Тётка Проска редко сидела дома, она всегда находила для себя собеседников, была в курсе всех событий в посёлке, знала все новости и распространяла их. Муж Проски был инвалидом, поэтому его не призвали в армию, он работал бухгалтером в конторе.
        Анна рассказала о происшествии своей неработающей соседке, Проска видела, что Анна вышла утром из дома  не одна, поэтому поспешила разузнать, что за гость был у Анны ночью.

        Прошло двадцать лет. Давно закончилась война, жизнь постепенно наладилась. Анна с мужем построили дом в посёлке на новом месте на берегу живописного озера. Проска осталась в своём старом доме на окраине посёлка. Совместных интересов у Анны и Проски не было, поэтому они не общались.
       Анна, выйдя на пенсию, никогда не скучала. У неё по- прежнему было подсобное хозяйство, корова, куры, утки. Анна помогала сыну и дочке, присматривала за внуками.
        В прохладный весенний день Анна истопила печь и, приготовив обед, устроилась у окна вязать носки для внуков. В окно Анна увидела, что к её крыльцу подходит тётка Проска. «Видно, по делу какому-то, – подумала Анна, – никогда она к нам не захаживала, даже когда мы построили новый дом, не пришла, не полюбопытствовала».
        В дверь осторожно стукнули.
        - Войдите, – предложила Анна.
        - Можно, Аннушка, войти? Дело у меня к тебе, голубушка моя, помоги мне малость.
        Анна подошла и помогла женщине снять пальто, поскольку тётка Проска полгода назад лишилась одной руки, попав под вагон на сортировочной горке.
        - Проходите, Прасковья Ивановна, – Анна предложила гостье сесть за стол.
        - Нет, за стол не сяду, ты мне вот здесь стул поставь, – показала она на центр комнаты, – здесь буду говорить.
        - Может, чаю?
        - Нет, нет.
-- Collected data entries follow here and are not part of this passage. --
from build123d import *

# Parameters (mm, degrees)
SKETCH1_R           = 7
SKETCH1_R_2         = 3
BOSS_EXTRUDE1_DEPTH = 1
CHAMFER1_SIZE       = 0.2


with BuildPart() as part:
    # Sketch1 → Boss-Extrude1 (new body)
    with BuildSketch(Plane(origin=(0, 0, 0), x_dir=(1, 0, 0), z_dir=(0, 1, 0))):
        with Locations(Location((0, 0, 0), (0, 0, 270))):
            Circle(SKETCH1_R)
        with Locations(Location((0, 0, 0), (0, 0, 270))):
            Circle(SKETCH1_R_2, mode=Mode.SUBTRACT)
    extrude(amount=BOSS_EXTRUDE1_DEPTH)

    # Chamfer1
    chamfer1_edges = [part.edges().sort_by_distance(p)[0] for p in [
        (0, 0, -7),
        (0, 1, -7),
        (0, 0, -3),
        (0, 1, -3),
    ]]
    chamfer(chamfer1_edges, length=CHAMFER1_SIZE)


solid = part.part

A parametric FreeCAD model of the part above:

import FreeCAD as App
import Part
import Sketcher


def edges_at(feature, points):
    """Names of the edges that pass closest to the given points."""
    edges = feature.Shape.Edges
    near = lambda p: min(range(len(edges)), key=lambda i: edges[i].distToShape(Part.Vertex(*p))[0])
    return sorted({f"Edge{near(p) + 1}" for p in points})

doc = App.newDocument("Part")
body = doc.addObject("PartDesign::Body", "Body")

# Sketch on XZ plane
sketch1 = doc.addObject("Sketcher::SketchObject", "Sketch")
body.addObject(sketch1)
sketch1.AttachmentSupport = (doc.XZ_Plane, [""])
sketch1.MapMode = "FlatFace"
sketch1.addGeometry(Part.Circle(App.Vector(0, 0, 0), App.Vector(0, 0, 1), 7), False)
sketch1.addGeometry(Part.Circle(App.Vector(0, 0, 0), App.Vector(0, 0, 1), 3), False)
sketch1.addConstraint(Sketcher.Constraint("Coincident", 0, 3, -1, 1))
sketch1.addConstraint(Sketcher.Constraint("Coincident", 1, 3, -1, 1))
sketch1.addConstraint(Sketcher.Constraint("Diameter", 0, 14.0))
sketch1.addConstraint(Sketcher.Constraint("Diameter", 1, 6.0))
pad1 = doc.addObject("PartDesign::Pad", "Pad")
body.addObject(pad1)
pad1.Profile = sketch1
pad1.Length = 1
pad1.Reversed = True
doc.recompute()

chamfer = doc.addObject("PartDesign::Chamfer", "Chamfer")
body.addObject(chamfer)
chamfer.Base = (pad1, edges_at(pad1, [
    (0, 0, -7),
    (0, 1, -7),
    (0, 0, -3),
    (0, 1, -3),
]))
chamfer.Size = 0.2

doc.recompute()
Давно я к тебе, Аннушка собираюсь, да вот никак духу не наберусь. Вот собралась.
        - Видать, разговор у вас серьёзный, Прасковья  Ивановна.
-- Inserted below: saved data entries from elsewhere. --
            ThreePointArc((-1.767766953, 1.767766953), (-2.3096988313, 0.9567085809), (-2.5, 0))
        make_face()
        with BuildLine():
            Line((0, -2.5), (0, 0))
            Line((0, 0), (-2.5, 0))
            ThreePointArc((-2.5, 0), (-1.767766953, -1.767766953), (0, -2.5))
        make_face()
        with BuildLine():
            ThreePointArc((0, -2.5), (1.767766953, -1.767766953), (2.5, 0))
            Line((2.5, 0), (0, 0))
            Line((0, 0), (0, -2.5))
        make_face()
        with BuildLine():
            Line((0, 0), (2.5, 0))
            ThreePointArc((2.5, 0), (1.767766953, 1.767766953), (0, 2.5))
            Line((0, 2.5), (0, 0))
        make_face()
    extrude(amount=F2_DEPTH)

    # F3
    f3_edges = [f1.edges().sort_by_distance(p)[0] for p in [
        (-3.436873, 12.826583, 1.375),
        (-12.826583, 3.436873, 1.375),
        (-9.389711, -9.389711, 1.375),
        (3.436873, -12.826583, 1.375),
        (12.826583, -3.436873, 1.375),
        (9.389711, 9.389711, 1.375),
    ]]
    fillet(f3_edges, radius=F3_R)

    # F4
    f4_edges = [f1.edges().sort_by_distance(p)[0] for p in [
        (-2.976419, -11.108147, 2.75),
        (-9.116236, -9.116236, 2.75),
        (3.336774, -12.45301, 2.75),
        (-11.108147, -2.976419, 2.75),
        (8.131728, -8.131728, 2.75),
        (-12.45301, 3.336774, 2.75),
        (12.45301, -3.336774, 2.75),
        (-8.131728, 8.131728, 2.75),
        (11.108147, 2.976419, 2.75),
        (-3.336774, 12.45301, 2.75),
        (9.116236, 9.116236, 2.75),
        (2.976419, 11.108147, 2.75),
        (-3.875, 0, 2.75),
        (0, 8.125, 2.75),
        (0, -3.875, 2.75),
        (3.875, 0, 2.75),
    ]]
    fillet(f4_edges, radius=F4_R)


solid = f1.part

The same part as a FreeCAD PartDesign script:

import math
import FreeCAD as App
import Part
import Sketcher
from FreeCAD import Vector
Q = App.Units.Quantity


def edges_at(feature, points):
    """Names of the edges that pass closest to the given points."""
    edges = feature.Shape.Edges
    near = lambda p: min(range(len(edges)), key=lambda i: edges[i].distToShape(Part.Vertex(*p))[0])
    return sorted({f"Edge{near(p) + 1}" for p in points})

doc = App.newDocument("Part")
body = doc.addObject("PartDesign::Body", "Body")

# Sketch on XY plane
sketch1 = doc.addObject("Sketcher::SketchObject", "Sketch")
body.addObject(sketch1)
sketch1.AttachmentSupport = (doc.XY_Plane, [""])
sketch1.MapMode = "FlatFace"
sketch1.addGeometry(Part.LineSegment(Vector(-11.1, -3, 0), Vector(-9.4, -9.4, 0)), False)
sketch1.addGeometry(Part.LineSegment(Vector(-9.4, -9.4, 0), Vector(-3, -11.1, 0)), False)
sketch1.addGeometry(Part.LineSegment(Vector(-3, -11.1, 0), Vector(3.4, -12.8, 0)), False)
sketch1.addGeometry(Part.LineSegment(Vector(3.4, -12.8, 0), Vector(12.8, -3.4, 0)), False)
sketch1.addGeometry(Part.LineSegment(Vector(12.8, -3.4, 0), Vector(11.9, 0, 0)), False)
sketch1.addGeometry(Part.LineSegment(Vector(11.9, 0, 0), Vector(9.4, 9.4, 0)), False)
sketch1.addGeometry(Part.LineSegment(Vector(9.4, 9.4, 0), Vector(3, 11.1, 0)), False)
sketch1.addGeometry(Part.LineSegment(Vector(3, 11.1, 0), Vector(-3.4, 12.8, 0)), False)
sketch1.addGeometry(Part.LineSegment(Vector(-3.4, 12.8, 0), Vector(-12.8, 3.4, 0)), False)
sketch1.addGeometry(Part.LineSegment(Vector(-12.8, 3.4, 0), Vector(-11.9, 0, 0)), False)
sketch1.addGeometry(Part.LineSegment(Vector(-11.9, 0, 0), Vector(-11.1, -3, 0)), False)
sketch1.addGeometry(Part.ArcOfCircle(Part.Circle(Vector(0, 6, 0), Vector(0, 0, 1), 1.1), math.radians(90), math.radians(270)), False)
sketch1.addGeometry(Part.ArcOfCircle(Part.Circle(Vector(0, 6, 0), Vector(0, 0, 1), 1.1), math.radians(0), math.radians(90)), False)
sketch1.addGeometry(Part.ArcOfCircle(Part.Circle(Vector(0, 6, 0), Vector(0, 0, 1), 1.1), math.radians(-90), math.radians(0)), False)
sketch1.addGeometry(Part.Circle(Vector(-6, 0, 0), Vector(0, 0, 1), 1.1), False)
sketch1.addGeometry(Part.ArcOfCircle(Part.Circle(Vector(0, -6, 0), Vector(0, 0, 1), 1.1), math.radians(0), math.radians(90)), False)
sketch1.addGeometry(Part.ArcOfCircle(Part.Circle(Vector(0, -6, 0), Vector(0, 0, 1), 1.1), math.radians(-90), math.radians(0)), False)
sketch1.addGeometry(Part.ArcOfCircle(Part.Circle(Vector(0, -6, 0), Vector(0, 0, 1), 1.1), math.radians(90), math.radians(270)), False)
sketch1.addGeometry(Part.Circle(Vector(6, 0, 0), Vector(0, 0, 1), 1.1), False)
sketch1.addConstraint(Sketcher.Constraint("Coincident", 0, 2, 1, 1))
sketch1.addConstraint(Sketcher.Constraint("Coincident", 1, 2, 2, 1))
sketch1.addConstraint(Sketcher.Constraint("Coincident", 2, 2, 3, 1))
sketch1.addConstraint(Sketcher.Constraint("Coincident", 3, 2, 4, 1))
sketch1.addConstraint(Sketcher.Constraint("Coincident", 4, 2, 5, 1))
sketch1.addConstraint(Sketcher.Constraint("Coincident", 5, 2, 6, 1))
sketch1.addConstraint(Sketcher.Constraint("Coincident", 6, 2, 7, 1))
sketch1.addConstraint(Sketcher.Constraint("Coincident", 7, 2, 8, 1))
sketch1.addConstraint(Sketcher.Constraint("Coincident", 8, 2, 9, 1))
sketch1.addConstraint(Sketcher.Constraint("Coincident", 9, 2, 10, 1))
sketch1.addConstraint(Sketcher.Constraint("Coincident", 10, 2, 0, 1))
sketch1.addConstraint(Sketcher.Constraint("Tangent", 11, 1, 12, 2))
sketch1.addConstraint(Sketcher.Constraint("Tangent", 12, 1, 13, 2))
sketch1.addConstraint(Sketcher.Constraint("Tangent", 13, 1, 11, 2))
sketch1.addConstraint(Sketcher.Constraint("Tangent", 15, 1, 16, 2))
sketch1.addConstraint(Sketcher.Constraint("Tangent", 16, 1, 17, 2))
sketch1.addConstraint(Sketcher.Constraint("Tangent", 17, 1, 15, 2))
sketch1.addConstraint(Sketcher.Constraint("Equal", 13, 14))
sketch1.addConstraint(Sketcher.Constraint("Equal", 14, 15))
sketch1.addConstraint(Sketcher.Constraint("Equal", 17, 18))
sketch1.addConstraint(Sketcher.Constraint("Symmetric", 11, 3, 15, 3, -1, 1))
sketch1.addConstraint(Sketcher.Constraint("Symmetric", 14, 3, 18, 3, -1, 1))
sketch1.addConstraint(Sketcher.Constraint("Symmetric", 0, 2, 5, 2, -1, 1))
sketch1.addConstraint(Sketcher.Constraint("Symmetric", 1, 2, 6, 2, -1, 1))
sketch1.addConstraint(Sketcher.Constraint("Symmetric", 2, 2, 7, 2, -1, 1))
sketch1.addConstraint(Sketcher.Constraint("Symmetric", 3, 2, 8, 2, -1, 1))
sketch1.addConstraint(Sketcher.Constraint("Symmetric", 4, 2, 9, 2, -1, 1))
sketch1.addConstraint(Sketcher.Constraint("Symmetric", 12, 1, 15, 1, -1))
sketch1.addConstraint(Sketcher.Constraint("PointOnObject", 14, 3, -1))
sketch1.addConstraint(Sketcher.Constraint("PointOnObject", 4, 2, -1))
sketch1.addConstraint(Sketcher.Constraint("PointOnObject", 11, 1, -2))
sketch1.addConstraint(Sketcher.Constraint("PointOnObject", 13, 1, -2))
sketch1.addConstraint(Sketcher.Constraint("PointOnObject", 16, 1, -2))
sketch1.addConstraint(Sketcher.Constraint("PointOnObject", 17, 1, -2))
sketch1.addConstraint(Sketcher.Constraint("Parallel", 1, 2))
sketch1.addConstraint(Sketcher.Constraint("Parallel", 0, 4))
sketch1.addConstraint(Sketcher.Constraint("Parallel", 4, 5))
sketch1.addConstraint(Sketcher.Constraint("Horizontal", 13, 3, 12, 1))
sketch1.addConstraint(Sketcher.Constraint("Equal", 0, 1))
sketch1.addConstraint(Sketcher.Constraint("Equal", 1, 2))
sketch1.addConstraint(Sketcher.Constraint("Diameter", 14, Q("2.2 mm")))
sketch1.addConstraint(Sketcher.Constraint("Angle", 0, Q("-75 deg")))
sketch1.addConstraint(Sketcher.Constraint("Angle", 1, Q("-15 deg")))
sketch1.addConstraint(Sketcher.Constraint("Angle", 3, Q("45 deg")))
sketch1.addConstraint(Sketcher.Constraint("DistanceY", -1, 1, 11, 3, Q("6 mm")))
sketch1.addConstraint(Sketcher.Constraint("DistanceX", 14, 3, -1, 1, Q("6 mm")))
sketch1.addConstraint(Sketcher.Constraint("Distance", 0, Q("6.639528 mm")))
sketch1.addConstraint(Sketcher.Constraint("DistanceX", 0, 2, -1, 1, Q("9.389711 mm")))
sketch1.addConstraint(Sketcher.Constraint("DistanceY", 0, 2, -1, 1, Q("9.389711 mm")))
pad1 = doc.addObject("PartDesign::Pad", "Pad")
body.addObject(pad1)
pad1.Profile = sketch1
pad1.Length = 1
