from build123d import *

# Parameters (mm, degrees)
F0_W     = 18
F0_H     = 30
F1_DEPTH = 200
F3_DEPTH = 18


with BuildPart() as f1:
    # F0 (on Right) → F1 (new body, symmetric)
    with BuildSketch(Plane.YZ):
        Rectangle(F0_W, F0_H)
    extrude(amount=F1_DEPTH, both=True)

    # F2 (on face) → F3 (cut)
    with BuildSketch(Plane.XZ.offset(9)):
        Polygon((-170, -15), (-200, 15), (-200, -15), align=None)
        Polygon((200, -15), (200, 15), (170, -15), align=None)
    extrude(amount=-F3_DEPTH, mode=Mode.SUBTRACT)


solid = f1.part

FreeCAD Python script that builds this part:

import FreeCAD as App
import Part
import Sketcher
Q = App.Units.Quantity


def add_polygon(sketch, points):
    """Adds a closed chain of lines whose ends are joined by coincident constraints."""
    first, n = sketch.GeometryCount, len(points)
    for a, b in zip(points, points[1:] + points[:1]):
        sketch.addGeometry(Part.LineSegment(App.Vector(*a, 0), App.Vector(*b, 0)), False)
    for i in range(n):
        sketch.addConstraint(Sketcher.Constraint("Coincident", first + i, 2, first + (i + 1) % n, 1))

doc = App.newDocument("Part")
params = doc.addObject("Spreadsheet::Sheet", "Params")
for row, (alias, value) in enumerate([
    ("sketch1_width", "18 mm"),
    ("sketch1_height", "30 mm"),
    ("pad1_length", "400 mm"),
    ("sketch2_width", "30 mm"),
    ("pocket1_length", "18 mm"),
], start=1):
    params.set(f"A{row}", alias)
    params.set(f"B{row}", "=" + value)
    params.setAlias(f"B{row}", alias)

body = doc.addObject("PartDesign::Body", "Body")

sketch1 = body.newObject("Sketcher::SketchObject", "Sketch")
sketch1.AttachmentSupport = (doc.getObject("YZ_Plane"), [""])
sketch1.MapMode = "FlatFace"
add_polygon(sketch1, [(-9, 15), (-9, -15), (9, -15), (9, 15)])
sketch1.addConstraint(Sketcher.Constraint("Vertical", 0))
sketch1.addConstraint(Sketcher.Constraint("Horizontal", 1))
sketch1.addConstraint(Sketcher.Constraint("Vertical", 2))
sketch1.addConstraint(Sketcher.Constraint("Horizontal", 3))
sketch1.addConstraint(Sketcher.Constraint("Symmetric", 0, 2, 2, 2, -1, 1))
sketch1.addConstraint(Sketcher.Constraint("DistanceX", 1, 1, 1, 2, Q("18 mm")))
sketch1.addConstraint(Sketcher.Constraint("DistanceY", 0, 2, 0, 1, Q("30 mm")))
sketch1.setExpression("Constraints[9]", "Params.sketch1_width")
sketch1.setExpression("Constraints[10]", "Params.sketch1_height")
pad1 = body.newObject("PartDesign::Pad", "Pad")
pad1.Profile = sketch1
pad1.setExpression("Length", "Params.pad1_length")
pad1.Midplane = True

sketch2 = body.newObject("Sketcher::SketchObject", "Sketch001")
sketch2.AttachmentSupport = (doc.getObject("XZ_Plane"), [""])
sketch2.MapMode = "FlatFace"
sketch2.AttachmentOffset = App.Placement(App.Vector(0, 0, 9), App.Rotation())
add_polygon(sketch2, [(-170, -15), (-200, 15), (-200, -15)])
add_polygon(sketch2, [(200, -15), (200, 15), (170, -15)])
sketch2.addConstraint(Sketcher.Constraint("Vertical", 1))
sketch2.addConstraint(Sketcher.Constraint("Horizontal", 2))
sketch2.addConstraint(Sketcher.Constraint("Vertical", 3))
sketch2.addConstraint(Sketcher.Constraint("Horizontal", 5))
sketch2.addConstraint(Sketcher.Constraint("Symmetric", 1, 2, 3, 2, -1, 1))
sketch2.addConstraint(Sketcher.Constraint("Symmetric", 2, 2, 4, 2, -2))
sketch2.addConstraint(Sketcher.Constraint("Perpendicular", 0, 4))
sketch2.addConstraint(Sketcher.Constraint("Horizontal", 0, 2, 3, 2))
sketch2.addConstraint(Sketcher.Constraint("DistanceX", 2, 1, 2, 2, Q("30 mm")))
sketch2.addConstraint(Sketcher.Constraint("DistanceX", 0, 2, -1, 1, Q("200 mm")))
sketch2.setExpression("Constraints[14]", "Params.sketch2_width")
pocket1 = body.newObject("PartDesign::Pocket", "Pocket")
pocket1.Profile = sketch2
pocket1.setExpression("Length", "Params.pocket1_length")

doc.recompute()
        - Да, серьёзный. Да и начну сразу, – женщина достала из кармана носовой платок, вытерла глаз, как будто бы делала паузу, собираясь с мыслями. – Аннушка, я покаяться пришла к тебе. Церквей-то нету-ти сейчас, мне бы к священнику, да я к тебе решилась. Всё вот тебе и расскажу, -
тётка Проска ещё помолчала минуту. – Я ведь, когда мужа-то похоронила, лишилась его пенсии, жить-то стало не на что, свою-то пенсию я не заработала. Дочка стала немножко денег на хлеб давать, а тут у неё беды начались – без денег осталась вовсе. А я узнала, что инвалидам 12 рублей пенсии платят, вот я и помечтала, как бы мне инвалидом стать… Да и придумала. Я пошла на железную дорогу, увидела, что вагон с сортировочной горки катится, ну, и легла на шпалы около рельсы, руку-то и подставила, хотела только кисть, а вагон-то меня затащил, вот, по локоть и отхряпал мне руку-то.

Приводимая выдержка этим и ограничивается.